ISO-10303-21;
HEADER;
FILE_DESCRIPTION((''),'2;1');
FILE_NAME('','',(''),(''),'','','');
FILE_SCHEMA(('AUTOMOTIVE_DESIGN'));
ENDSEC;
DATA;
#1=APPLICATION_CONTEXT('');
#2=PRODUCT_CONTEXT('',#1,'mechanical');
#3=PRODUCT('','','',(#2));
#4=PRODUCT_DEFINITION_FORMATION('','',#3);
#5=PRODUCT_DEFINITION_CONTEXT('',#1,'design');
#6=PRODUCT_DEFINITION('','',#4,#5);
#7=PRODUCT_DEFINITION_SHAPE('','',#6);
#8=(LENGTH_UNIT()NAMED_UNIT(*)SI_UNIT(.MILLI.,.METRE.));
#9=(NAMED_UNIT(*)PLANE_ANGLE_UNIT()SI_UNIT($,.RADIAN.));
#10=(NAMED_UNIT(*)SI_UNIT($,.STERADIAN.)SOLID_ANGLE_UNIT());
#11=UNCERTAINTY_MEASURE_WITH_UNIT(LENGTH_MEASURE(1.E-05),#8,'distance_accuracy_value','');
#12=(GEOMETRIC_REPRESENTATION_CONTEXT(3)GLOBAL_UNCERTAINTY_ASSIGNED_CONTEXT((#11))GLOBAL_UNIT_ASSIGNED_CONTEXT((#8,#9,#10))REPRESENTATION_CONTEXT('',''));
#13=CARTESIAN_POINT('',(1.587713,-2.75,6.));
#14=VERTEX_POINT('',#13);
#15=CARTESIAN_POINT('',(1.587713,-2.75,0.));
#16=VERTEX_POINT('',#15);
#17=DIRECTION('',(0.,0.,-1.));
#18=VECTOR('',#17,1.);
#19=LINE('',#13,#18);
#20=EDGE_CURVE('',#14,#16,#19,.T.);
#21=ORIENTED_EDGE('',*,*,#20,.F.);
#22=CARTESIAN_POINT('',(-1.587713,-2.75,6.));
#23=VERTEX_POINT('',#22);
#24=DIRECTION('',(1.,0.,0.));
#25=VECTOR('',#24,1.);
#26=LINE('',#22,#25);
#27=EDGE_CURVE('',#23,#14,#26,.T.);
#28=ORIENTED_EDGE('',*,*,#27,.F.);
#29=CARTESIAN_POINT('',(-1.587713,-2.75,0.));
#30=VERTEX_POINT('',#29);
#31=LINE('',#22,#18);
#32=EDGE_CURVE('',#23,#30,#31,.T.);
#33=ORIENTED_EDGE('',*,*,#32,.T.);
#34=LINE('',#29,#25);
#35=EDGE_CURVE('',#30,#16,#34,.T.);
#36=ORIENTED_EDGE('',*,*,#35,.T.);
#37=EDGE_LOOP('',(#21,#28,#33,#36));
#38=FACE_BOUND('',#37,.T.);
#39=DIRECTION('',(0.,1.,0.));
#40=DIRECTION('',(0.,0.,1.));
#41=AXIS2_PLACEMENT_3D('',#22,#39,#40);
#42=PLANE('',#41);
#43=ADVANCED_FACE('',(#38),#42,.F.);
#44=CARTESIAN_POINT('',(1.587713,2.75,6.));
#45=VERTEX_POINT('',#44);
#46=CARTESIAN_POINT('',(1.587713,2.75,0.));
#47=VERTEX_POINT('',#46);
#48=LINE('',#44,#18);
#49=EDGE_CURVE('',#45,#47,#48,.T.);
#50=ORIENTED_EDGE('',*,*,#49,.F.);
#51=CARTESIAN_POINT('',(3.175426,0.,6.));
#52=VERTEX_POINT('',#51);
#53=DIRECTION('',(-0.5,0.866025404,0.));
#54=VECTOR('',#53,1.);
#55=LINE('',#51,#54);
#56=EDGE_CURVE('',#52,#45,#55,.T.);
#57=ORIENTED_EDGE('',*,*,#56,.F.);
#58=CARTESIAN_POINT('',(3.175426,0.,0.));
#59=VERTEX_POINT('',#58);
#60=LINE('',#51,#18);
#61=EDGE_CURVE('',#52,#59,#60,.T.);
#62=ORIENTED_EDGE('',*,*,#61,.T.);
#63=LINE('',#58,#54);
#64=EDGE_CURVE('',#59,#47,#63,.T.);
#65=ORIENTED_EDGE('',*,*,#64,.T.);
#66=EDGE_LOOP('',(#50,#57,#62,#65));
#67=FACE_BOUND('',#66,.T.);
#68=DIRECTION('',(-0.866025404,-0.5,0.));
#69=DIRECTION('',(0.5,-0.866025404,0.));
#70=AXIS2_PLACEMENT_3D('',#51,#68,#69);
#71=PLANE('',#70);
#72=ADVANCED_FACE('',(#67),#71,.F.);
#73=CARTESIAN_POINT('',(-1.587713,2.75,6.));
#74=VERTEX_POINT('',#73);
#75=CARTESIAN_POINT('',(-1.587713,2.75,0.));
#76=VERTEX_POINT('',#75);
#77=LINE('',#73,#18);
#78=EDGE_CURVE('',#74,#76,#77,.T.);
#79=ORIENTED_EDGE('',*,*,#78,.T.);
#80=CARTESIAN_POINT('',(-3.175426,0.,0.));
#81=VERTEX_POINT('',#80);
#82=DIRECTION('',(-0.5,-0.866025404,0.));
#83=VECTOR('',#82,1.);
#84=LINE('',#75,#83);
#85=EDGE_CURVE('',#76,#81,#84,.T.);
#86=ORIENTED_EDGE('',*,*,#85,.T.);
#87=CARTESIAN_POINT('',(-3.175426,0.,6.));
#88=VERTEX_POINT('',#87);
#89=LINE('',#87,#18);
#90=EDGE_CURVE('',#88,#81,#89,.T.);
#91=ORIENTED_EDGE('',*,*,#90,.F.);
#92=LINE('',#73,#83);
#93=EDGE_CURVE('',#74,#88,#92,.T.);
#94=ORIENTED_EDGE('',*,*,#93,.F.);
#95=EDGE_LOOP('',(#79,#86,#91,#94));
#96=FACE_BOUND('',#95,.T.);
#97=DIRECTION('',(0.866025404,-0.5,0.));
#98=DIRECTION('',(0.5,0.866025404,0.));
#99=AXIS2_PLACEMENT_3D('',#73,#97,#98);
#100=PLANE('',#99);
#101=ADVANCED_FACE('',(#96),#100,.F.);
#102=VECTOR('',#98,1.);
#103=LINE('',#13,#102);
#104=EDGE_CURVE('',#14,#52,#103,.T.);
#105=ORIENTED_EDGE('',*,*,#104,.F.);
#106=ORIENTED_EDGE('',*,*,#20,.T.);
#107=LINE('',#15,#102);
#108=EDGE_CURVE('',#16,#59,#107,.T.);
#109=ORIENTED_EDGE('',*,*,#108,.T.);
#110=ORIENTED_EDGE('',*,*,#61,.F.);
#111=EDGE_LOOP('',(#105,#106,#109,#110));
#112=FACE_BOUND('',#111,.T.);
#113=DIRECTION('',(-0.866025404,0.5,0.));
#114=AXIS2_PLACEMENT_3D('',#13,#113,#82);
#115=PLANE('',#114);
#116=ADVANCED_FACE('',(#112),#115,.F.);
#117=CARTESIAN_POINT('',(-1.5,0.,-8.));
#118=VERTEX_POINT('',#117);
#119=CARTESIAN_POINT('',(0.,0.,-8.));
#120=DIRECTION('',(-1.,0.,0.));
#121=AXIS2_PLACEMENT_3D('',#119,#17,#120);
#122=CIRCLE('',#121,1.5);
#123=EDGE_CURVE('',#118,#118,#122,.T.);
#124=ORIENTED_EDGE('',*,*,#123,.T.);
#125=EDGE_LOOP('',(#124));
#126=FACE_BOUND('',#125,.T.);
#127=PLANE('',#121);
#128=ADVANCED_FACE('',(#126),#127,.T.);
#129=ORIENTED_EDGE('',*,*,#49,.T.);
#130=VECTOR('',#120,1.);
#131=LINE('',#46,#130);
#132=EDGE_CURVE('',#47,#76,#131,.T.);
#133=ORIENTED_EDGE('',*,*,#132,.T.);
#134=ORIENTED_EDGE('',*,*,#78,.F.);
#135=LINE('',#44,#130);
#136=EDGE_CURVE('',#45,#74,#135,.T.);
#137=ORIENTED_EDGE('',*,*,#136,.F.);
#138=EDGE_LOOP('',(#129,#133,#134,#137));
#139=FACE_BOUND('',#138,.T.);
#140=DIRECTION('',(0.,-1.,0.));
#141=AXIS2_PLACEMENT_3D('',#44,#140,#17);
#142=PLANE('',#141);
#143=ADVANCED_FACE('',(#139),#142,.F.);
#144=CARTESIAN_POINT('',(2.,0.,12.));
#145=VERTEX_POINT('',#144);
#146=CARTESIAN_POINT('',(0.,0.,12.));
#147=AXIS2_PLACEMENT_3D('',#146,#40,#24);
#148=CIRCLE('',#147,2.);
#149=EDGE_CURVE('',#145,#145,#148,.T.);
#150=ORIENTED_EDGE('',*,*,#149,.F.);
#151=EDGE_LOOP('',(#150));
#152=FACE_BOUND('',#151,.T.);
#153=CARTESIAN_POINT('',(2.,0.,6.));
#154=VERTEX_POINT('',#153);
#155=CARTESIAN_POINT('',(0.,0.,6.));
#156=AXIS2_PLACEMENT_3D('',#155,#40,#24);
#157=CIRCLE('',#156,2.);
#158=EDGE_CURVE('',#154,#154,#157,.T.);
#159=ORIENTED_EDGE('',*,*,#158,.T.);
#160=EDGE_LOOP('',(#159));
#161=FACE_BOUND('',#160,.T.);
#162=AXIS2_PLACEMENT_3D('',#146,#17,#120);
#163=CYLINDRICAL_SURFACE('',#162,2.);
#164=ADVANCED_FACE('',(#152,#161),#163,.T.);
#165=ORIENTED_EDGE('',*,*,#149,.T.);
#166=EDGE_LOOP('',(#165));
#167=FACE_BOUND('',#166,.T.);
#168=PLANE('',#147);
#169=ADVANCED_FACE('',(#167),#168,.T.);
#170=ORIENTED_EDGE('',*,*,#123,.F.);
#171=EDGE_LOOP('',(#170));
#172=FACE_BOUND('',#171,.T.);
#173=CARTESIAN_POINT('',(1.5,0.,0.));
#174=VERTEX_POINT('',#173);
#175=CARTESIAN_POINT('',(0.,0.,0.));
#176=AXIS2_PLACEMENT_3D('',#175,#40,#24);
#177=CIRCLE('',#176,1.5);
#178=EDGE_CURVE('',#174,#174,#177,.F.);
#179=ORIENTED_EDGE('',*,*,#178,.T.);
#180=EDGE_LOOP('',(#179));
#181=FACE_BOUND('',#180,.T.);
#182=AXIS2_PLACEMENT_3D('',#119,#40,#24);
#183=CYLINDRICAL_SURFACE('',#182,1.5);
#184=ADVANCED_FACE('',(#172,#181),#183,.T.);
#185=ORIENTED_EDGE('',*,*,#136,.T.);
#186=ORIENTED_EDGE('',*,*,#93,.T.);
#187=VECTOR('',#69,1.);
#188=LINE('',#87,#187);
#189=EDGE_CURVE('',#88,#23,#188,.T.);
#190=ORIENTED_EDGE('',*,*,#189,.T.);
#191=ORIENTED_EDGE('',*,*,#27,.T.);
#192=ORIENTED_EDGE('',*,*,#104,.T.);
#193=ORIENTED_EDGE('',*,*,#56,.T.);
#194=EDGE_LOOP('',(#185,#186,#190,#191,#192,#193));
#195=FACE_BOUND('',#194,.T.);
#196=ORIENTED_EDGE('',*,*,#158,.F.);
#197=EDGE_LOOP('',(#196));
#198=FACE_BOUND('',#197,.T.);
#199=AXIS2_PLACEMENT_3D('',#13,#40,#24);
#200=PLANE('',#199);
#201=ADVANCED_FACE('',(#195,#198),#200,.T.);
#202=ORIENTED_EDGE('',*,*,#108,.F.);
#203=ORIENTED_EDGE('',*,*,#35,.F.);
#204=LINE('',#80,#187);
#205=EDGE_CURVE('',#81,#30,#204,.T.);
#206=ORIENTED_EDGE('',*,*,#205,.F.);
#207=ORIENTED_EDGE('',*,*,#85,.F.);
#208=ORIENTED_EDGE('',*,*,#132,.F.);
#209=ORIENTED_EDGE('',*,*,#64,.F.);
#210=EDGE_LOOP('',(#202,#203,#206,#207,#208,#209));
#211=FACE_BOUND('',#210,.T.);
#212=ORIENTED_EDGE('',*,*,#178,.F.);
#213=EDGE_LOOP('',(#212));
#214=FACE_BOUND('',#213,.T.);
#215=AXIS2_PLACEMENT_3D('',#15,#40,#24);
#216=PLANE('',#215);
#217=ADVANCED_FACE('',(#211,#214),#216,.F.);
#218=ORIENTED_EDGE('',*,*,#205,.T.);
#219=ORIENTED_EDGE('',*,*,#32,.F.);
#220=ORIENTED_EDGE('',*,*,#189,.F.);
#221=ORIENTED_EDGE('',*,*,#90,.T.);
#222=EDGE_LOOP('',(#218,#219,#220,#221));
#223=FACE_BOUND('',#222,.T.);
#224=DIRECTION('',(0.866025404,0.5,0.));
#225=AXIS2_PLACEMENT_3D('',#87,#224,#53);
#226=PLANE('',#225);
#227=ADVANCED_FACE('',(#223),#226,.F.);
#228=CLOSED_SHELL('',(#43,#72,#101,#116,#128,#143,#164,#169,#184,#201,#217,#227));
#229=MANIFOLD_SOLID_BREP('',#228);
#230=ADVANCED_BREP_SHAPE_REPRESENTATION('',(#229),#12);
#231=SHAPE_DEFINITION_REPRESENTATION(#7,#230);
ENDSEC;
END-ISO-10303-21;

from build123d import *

# Parameters (mm, degrees)
EXTRUDE_1_DEPTH = 6
SKETCH_2_R      = 2
EXTRUDE_2_DEPTH = 6
SKETCH_6_R      = 1.5
EXTRUDE_3_DEPTH = 8


with BuildPart() as part:
    # 草图1 → 拉伸1 (new body)
    with BuildSketch(Plane.XY):
        Polygon((1.58771324, -2.75), (3.175426481, 0), (1.58771324, 2.75), (-1.58771324, 2.75), (-3.175426481, 0), (-1.58771324, -2.75), align=None)
    extrude(amount=EXTRUDE_1_DEPTH)

    # 草图2 → 拉伸2 (add)
    with BuildSketch(Plane.XY.offset(6)):
        Circle(SKETCH_2_R)
    extrude(amount=EXTRUDE_2_DEPTH)

    # 草图6 → 拉伸3 (add)
    with BuildSketch(Plane(origin=(0, 0, 0), x_dir=(-1, 0, 0), z_dir=(0, 0, -1))):
        with Locations(Location((0, 0, 0), (0, 0, 180))):
            Circle(SKETCH_6_R)
    extrude(amount=EXTRUDE_3_DEPTH)


solid = part.part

——————————

Your reply must contain exactly the lines from the first line of the data through the line holding "#59=VERTEX_POINT('',#58);", and nothing more.

__Answer box__.
ISO-10303-21;
HEADER;
FILE_DESCRIPTION((''),'2;1');
FILE_NAME('','',(''),(''),'','','');
FILE_SCHEMA(('AUTOMOTIVE_DESIGN'));
ENDSEC;
DATA;
#1=APPLICATION_CONTEXT('');
#2=PRODUCT_CONTEXT('',#1,'mechanical');
#3=PRODUCT('','','',(#2));
#4=PRODUCT_DEFINITION_FORMATION('','',#3);
#5=PRODUCT_DEFINITION_CONTEXT('',#1,'design');
#6=PRODUCT_DEFINITION('','',#4,#5);
#7=PRODUCT_DEFINITION_SHAPE('','',#6);
#8=(LENGTH_UNIT()NAMED_UNIT(*)SI_UNIT(.MILLI.,.METRE.));
#9=(NAMED_UNIT(*)PLANE_ANGLE_UNIT()SI_UNIT($,.RADIAN.));
#10=(NAMED_UNIT(*)SI_UNIT($,.STERADIAN.)SOLID_ANGLE_UNIT());
#11=UNCERTAINTY_MEASURE_WITH_UNIT(LENGTH_MEASURE(1.E-05),#8,'distance_accuracy_value','');
#12=(GEOMETRIC_REPRESENTATION_CONTEXT(3)GLOBAL_UNCERTAINTY_ASSIGNED_CONTEXT((#11))GLOBAL_UNIT_ASSIGNED_CONTEXT((#8,#9,#10))REPRESENTATION_CONTEXT('',''));
#13=CARTESIAN_POINT('',(1.587713,-2.75,6.));
#14=VERTEX_POINT('',#13);
#15=CARTESIAN_POINT('',(1.587713,-2.75,0.));
#16=VERTEX_POINT('',#15);
#17=DIRECTION('',(0.,0.,-1.));
#18=VECTOR('',#17,1.);
#19=LINE('',#13,#18);
#20=EDGE_CURVE('',#14,#16,#19,.T.);
#21=ORIENTED_EDGE('',*,*,#20,.F.);
#22=CARTESIAN_POINT('',(-1.587713,-2.75,6.));
#23=VERTEX_POINT('',#22);
#24=DIRECTION('',(1.,0.,0.));
#25=VECTOR('',#24,1.);
#26=LINE('',#22,#25);
#27=EDGE_CURVE('',#23,#14,#26,.T.);
#28=ORIENTED_EDGE('',*,*,#27,.F.);
#29=CARTESIAN_POINT('',(-1.587713,-2.75,0.));
#30=VERTEX_POINT('',#29);
#31=LINE('',#22,#18);
#32=EDGE_CURVE('',#23,#30,#31,.T.);
#33=ORIENTED_EDGE('',*,*,#32,.T.);
#34=LINE('',#29,#25);
#35=EDGE_CURVE('',#30,#16,#34,.T.);
#36=ORIENTED_EDGE('',*,*,#35,.T.);
#37=EDGE_LOOP('',(#21,#28,#33,#36));
#38=FACE_BOUND('',#37,.T.);
#39=DIRECTION('',(0.,1.,0.));
#40=DIRECTION('',(0.,0.,1.));
#41=AXIS2_PLACEMENT_3D('',#22,#39,#40);
#42=PLANE('',#41);
#43=ADVANCED_FACE('',(#38),#42,.F.);
#44=CARTESIAN_POINT('',(1.587713,2.75,6.));
#45=VERTEX_POINT('',#44);
#46=CARTESIAN_POINT('',(1.587713,2.75,0.));
#47=VERTEX_POINT('',#46);
#48=LINE('',#44,#18);
#49=EDGE_CURVE('',#45,#47,#48,.T.);
#50=ORIENTED_EDGE('',*,*,#49,.F.);
#51=CARTESIAN_POINT('',(3.175426,0.,6.));
#52=VERTEX_POINT('',#51);
#53=DIRECTION('',(-0.5,0.866025404,0.));
#54=VECTOR('',#53,1.);
#55=LINE('',#51,#54);
#56=EDGE_CURVE('',#52,#45,#55,.T.);
#57=ORIENTED_EDGE('',*,*,#56,.F.);
#58=CARTESIAN_POINT('',(3.175426,0.,0.));
#59=VERTEX_POINT('',#58);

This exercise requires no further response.